A. Domestic violence claim

[23] The Applicant alleges the RAD erred in finding the Applicant had not provided credible evidence to establish her allegation she is a victim of domestic violence. Several aspects are in issue in this contention.

(1) Omission in the BOC

[24] The Applicant argues the RAD erred by basing the Decision on an “impermissibly microscopic assessment of the evidence” in relation to a trip the Applicant took to Handan City in 2017. The Applicant allegedly took a three-day trip to Handan City to “get away from her husband, but […] he found her there”. The Applicant argues the RAD took a microscopic approach in finding she was not credible about her experiences of domestic abuse due to the omission of this trip from her BOC. The Applicant relies on Feradov v Canada (Citizenship and Immigration), 2007 FC 101 [Feradov] per Barnes J at para 19 for the proposition that a BOC narrative is “not intended to be an encyclopaedic recitation of the evidence.”

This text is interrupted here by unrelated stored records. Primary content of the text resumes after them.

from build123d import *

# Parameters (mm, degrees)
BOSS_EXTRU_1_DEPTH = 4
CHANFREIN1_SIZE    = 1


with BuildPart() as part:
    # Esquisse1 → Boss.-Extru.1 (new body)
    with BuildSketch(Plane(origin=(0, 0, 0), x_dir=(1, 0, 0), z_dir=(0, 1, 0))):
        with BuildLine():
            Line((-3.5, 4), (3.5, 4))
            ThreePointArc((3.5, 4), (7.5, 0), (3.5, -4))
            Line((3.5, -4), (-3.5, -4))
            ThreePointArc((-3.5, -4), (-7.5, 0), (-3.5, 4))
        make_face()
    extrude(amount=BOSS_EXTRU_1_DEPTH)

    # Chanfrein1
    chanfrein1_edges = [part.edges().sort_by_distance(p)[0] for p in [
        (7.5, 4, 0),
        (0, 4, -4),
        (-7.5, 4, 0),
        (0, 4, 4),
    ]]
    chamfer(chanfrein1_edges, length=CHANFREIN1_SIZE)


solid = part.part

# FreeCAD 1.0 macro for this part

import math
import FreeCAD as App
import Part
import Sketcher
from FreeCAD import Vector


def edges_at(feature, points):
    """Names of the edges that pass closest to the given points."""
    edges = feature.Shape.Edges
    near = lambda p: min(range(len(edges)), key=lambda i: edges[i].distToShape(Part.Vertex(*p))[0])
    return sorted({f"Edge{near(p) + 1}" for p in points})

doc = App.newDocument("Part")
body = doc.addObject("PartDesign::Body", "Body")

sketch1 = body.newObject("Sketcher::SketchObject", "Sketch")
sketch1.AttachmentSupport = (doc.getObject("XZ_Plane"), [""])
sketch1.MapMode = "FlatFace"
sketch1.addGeometry([
    Part.LineSegment(Vector(3.5, -4, 0), Vector(-3.5, -4, 0)),
    Part.ArcOfCircle(Part.Circle(Vector(-3.5, 0, 0), Vector(0, 0, 1), 4), math.radians(90), math.radians(270)),
    Part.LineSegment(Vector(-3.5, 4, 0), Vector(3.5, 4, 0)),
    Part.ArcOfCircle(Part.Circle(Vector(3.5, 0, 0), Vector(0, 0, 1), 4), math.radians(-90), math.radians(90)),
], False)
sketch1.addConstraint([
    Sketcher.Constraint("Tangent", 0, 2, 1, 2),
    Sketcher.Constraint("Tangent", 1, 1, 2, 1),
    Sketcher.Constraint("Tangent", 2, 2, 3, 2),
    Sketcher.Constraint("Tangent", 3, 1, 0, 1),
    Sketcher.Constraint("Horizontal", 0),
    Sketcher.Constraint("Horizontal", 2),
    Sketcher.Constraint("Symmetric", 1, 3, 3, 3, -1, 1),
    Sketcher.Constraint("Radius", 1, 4.0),
    Sketcher.Constraint("DistanceX", 0, 2, 0, 1, 7.0),
])
pad1 = body.newObject("PartDesign::Pad", "Pad")
pad1.Profile = sketch1
pad1.Length = 4
pad1.Reversed = True
doc.recompute()

chamfer = body.newObject("PartDesign::Chamfer", "Chamfer")
chamfer.Base = (pad1, edges_at(pad1, [
    (7.5, 4, 0),
    (0, 4, -4),
    (-7.5, 4, 0),
    (0, 4, 4),
]))
chamfer.Size = 1

doc.recompute()
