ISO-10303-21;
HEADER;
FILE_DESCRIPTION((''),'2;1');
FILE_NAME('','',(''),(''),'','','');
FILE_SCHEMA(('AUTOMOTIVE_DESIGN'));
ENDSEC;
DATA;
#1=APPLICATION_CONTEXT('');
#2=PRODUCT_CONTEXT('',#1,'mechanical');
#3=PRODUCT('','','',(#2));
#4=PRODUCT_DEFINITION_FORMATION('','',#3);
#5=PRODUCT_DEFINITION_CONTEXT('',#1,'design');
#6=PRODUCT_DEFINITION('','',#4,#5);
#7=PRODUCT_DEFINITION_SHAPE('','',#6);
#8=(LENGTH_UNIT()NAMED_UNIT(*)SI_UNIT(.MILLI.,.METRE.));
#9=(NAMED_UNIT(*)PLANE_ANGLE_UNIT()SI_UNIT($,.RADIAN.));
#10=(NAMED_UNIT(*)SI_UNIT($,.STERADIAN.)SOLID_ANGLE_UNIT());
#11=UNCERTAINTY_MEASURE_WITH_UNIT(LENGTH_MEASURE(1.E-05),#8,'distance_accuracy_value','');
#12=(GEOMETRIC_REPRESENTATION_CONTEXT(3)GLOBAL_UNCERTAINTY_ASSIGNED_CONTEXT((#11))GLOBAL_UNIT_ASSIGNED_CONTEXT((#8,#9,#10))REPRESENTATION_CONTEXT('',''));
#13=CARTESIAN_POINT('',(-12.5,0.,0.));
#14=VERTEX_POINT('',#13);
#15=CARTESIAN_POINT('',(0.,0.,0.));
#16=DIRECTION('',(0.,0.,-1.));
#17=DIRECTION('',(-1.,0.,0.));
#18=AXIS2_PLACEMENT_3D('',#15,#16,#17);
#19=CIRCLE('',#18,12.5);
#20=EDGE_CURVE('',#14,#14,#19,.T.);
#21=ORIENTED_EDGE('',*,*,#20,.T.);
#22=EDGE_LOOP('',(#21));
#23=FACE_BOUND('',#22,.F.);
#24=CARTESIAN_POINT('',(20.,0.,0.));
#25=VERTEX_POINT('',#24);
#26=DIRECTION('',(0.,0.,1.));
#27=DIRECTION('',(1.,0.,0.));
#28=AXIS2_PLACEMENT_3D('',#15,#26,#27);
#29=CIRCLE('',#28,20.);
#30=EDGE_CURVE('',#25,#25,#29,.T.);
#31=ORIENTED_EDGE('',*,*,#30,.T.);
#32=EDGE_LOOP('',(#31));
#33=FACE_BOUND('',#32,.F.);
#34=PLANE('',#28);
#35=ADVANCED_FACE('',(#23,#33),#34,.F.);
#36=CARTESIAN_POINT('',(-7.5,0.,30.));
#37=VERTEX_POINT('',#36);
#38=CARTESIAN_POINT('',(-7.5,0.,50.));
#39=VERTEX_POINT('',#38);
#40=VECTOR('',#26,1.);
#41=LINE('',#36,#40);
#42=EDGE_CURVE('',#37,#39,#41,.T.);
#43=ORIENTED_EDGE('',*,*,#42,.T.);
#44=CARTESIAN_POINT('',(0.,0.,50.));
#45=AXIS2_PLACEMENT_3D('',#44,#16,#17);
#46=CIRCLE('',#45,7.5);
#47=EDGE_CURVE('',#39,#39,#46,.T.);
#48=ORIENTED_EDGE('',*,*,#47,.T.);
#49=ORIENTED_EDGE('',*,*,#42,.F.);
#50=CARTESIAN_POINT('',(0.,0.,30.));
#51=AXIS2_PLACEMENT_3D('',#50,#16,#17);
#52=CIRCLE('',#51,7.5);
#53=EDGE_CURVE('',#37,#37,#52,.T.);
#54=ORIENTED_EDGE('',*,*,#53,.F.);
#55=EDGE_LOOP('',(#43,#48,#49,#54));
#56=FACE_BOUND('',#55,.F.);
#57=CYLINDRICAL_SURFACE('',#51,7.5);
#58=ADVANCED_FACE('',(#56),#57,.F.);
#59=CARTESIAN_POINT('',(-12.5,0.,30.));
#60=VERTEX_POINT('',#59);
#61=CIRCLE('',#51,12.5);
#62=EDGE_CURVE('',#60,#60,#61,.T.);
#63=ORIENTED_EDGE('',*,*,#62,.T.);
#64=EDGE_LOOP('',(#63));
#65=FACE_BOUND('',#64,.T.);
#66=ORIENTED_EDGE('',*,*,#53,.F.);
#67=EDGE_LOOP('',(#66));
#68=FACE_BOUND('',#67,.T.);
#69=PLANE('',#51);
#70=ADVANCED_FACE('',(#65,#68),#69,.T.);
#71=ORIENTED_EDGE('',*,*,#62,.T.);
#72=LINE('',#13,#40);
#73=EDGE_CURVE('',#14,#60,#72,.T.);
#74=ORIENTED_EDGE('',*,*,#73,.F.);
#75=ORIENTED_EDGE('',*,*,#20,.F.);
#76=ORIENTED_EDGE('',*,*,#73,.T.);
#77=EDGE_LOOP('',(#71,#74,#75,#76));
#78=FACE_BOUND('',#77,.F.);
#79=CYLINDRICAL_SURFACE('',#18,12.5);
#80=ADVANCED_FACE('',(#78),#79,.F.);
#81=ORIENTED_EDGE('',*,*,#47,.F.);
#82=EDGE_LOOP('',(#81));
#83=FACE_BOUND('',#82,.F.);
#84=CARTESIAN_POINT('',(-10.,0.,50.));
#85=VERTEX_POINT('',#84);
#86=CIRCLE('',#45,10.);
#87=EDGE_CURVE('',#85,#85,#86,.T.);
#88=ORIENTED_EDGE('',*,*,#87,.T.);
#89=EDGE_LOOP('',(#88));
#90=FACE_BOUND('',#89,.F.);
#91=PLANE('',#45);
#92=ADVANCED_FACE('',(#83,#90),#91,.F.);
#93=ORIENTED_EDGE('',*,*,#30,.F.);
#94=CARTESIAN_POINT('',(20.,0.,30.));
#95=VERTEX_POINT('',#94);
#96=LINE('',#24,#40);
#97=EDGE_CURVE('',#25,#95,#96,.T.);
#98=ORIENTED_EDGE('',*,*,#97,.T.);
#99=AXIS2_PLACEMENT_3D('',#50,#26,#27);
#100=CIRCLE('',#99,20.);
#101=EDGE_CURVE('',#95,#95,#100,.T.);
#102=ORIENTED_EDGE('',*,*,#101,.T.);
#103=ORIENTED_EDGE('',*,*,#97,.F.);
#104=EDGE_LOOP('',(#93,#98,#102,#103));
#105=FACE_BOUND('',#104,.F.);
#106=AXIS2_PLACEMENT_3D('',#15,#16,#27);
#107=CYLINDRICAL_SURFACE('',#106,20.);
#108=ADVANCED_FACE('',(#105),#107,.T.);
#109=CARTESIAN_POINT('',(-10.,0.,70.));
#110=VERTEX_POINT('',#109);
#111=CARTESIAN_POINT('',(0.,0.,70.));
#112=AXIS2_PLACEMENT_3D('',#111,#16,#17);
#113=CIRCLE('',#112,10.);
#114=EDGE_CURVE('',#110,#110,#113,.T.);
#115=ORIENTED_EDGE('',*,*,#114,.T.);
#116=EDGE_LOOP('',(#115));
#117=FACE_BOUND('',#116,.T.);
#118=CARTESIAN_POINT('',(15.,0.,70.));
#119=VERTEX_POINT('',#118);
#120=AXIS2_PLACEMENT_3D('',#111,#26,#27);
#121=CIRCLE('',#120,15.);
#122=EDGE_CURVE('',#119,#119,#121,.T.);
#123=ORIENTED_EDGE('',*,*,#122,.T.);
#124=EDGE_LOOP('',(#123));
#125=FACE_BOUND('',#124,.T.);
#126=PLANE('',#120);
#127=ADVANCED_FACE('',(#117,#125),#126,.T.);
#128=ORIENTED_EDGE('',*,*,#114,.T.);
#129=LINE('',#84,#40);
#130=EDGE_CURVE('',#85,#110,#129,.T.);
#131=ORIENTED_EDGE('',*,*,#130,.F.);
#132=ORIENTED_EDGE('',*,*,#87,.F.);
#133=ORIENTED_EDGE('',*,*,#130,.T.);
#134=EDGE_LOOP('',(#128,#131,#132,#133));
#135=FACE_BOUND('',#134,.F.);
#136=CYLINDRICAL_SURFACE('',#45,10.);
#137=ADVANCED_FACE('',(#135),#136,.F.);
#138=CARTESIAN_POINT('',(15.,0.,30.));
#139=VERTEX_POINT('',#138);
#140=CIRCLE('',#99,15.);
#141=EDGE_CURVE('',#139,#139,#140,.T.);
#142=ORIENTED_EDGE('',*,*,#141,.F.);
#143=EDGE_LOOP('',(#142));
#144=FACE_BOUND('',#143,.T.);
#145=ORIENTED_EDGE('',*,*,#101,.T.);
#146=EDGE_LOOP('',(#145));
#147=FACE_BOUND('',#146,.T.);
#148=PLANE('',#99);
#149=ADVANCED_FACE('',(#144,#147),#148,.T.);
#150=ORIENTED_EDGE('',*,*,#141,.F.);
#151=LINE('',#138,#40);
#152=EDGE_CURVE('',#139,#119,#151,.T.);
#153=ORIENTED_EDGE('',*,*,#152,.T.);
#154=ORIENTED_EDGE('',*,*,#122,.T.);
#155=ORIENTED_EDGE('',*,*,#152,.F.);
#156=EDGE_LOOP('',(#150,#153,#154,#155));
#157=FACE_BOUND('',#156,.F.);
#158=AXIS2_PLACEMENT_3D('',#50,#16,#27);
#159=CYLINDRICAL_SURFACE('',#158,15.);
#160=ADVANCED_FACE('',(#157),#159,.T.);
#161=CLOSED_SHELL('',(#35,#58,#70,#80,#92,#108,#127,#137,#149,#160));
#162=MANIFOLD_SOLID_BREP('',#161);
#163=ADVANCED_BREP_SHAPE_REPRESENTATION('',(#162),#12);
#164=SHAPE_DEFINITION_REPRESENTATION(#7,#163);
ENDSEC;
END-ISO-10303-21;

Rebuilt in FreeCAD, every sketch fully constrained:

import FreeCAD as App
import Part
import Sketcher

V = App.Vector

doc = App.newDocument("Part")
body = doc.addObject("PartDesign::Body", "Body")

sketch1 = body.newObject("Sketcher::SketchObject", "Sketch")
sketch1.AttachmentSupport = (doc.getObject("XY_Plane"), [""])
sketch1.MapMode = "FlatFace"
sketch1.addGeometry(Part.Circle(V(0, 0, 0), V(0, 0, 1), 20), False)
sketch1.addConstraint(Sketcher.Constraint("Coincident", 0, 3, -1, 1))
sketch1.addConstraint(Sketcher.Constraint("Diameter", 0, 40.0))
pad1 = body.newObject("PartDesign::Pad", "Pad")
pad1.Profile = sketch1
pad1.Length = 30

sketch2 = body.newObject("Sketcher::SketchObject", "Sketch001")
sketch2.AttachmentSupport = (doc.getObject("XY_Plane"), [""])
sketch2.MapMode = "FlatFace"
sketch2.AttachmentOffset = App.Placement(V(0, 0, 30), App.Rotation())
sketch2.addGeometry(Part.Circle(V(0, 0, 0), V(0, 0, 1), 15), False)
sketch2.addConstraint(Sketcher.Constraint("Coincident", 0, 3, -1, 1))
sketch2.addConstraint(Sketcher.Constraint("Diameter", 0, 30.0))
pad2 = body.newObject("PartDesign::Pad", "Pad001")
pad2.Profile = sketch2
pad2.Length = 40

sketch3 = body.newObject("Sketcher::SketchObject", "Sketch002")
sketch3.AttachmentSupport = (doc.getObject("XY_Plane"), [""])
sketch3.MapMode = "FlatFace"
sketch3.addGeometry(Part.Circle(V(0, 0, 0), V(0, 0, 1), 12), False)
sketch3.addConstraint(Sketcher.Constraint("Coincident", 0, 3, -1, 1))
sketch3.addConstraint(Sketcher.Constraint("Diameter", 0, 25.0))
pocket1 = body.newObject("PartDesign::Pocket", "Pocket")
pocket1.Profile = sketch3
pocket1.Length = 30
pocket1.Reversed = True

sketch4 = body.newObject("Sketcher::SketchObject", "Sketch003")
sketch4.AttachmentSupport = (doc.getObject("XY_Plane"), [""])
sketch4.MapMode = "FlatFace"
sketch4.AttachmentOffset = App.Placement(V(0, 0, 30), App.Rotation())
sketch4.addGeometry(Part.Circle(V(0, 0, 0), V(0, 0, 1), 8), False)
sketch4.addConstraint(Sketcher.Constraint("Coincident", 0, 3, -1, 1))
sketch4.addConstraint(Sketcher.Constraint("Diameter", 0, 15.0))
pocket2 = body.newObject("PartDesign::Pocket", "Pocket001")
pocket2.Profile = sketch4
pocket2.Length = 20
pocket2.Reversed = True

sketch5 = body.newObject("Sketcher::SketchObject", "Sketch004")
sketch5.AttachmentSupport = (doc.getObject("XY_Plane"), [""])
sketch5.MapMode = "FlatFace"
sketch5.AttachmentOffset = App.Placement(V(0, 0, 50), App.Rotation())
sketch5.addGeometry(Part.Circle(V(0, 0, 0), V(0, 0, 1), 10), False)
sketch5.addConstraint(Sketcher.Constraint("Coincident", 0, 3, -1, 1))
sketch5.addConstraint(Sketcher.Constraint("Diameter", 0, 20.0))
pocket3 = body.newObject("PartDesign::Pocket", "Pocket002")
pocket3.Profile = sketch5
pocket3.Type = "UpToFirst"
pocket3.Reversed = True

doc.recompute()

[25] However, Feradov also holds, at para 18 that “[w]hile the failure to mention material or key allegations of persecution in one’s PIF is a reasonable basis for concern, the omission of peripheral detail is not” [emphasis added]. In my view, the Applicant disagrees with the RAD’s finding the omitted allegation is material. The RAD found, “the RPD correctly concluded that this was a significant omission as the Appellant’s efforts to seek protection or a safe place to live in China go to the core of her claim”. Even if the omission of the trip was not significant, it is certainly material. Further, the RAD found the Applicant had “not reasonably explained why she did not include this relocation attempt in her BOC and [drew] a negative credibility inference”. The omission itself was not the determinative factor. In my view the RAD was reasonably justified in drawing a negative credibility finding from this omission in the BOC.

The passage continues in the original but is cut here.